Observability per instance

The fan-out node's own started / completed events carry a fan_out_config payload populated from the resolved item_count / concurrency / error_policy / parent_node_name.

Per-instance events have fan_out_index = N (0-based) and a namespace whose final element is the fan-out node's name — instances do NOT contribute a separate synthetic namespace element. Backends disambiguate per-instance spans using fan_out_index alongside the namespace.

Resume semantics

A fan-out node's completed event triggers a save like any other outermost-graph or subgraph-internal node. Per-instance internal events do NOT save in the shipping version — on resume, the fan-out re-runs end-to-end if it hadn't completed (atomic restart).

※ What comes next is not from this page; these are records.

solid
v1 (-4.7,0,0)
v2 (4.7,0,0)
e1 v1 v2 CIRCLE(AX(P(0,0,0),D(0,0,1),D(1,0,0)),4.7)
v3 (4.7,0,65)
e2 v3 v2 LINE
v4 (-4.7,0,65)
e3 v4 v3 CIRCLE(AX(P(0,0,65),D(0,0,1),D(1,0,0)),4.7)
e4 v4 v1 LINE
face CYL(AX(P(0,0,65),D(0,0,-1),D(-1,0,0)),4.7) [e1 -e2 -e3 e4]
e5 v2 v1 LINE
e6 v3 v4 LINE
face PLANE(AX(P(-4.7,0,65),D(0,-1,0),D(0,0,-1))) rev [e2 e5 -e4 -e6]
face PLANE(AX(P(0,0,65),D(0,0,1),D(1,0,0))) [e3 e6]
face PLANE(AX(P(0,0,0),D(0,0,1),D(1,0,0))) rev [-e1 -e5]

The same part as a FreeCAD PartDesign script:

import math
import FreeCAD as App
import Part
import Sketcher

V = App.Vector
Q = App.Units.Quantity

doc = App.newDocument("Part")
body = doc.addObject("PartDesign::Body", "Body")

sketch1 = body.newObject("Sketcher::SketchObject", "Sketch")
sketch1.AttachmentSupport = (doc.getObject("XY_Plane"), [""])
sketch1.MapMode = "FlatFace"
sketch1.addGeometry([
    Part.LineSegment(V(4.7, 0, 0), V(-4.7, 0, 0)),
    Part.ArcOfCircle(Part.Circle(V(0, 0, 0), V(0, 0, 1), 4.7), math.radians(180), math.radians(360)),
], False)
sketch1.addConstraint([
    Sketcher.Constraint("Coincident", 0, 1, 1, 2),
    Sketcher.Constraint("Coincident", 1, 1, 0, 2),
    Sketcher.Constraint("Horizontal", 0),
    Sketcher.Constraint("Coincident", 1, 3, -1, 1),
    Sketcher.Constraint("PointOnObject", 0, 1, -1),
    Sketcher.Constraint("Radius", 1, Q("4.7 mm")),
])
pad1 = body.newObject("PartDesign::Pad", "Pad")
pad1.Profile = sketch1
pad1.Length = 65

doc.recompute()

A per-instance fan-out resume mode is planned but not yet shipped. The fan_out_progress field on CheckpointRecord is reserved for its eventual contents. Until it lands, atomic restart is the shipping behavior.

When to reach for fan-out

The signal: N similar pieces of work, N depends on state at runtime (not at build time), the work is independent enough to run concurrently. If N is known at build time and small (≤3), ExplicitMapping at multiple subgraph sites is simpler. If the work isn't independent — instance 2 needs instance 1's output — that's a linear pipeline, not fan-out.

What fan-out is NOT

  • Not a map-reduce. No reduce phase beyond the parent's reducers. If you need a real reduce, do it in a node after the fan-out.
  • Not a queue. All instances dispatch within a single invocation; the engine doesn't persist them.
  • Not retry. If an instance fails and you want a retry, wrap the subgraph (or individual nodes inside it) with retry middleware. The fan-out's error_policy is a fan-in-collection decision, not a recovery one.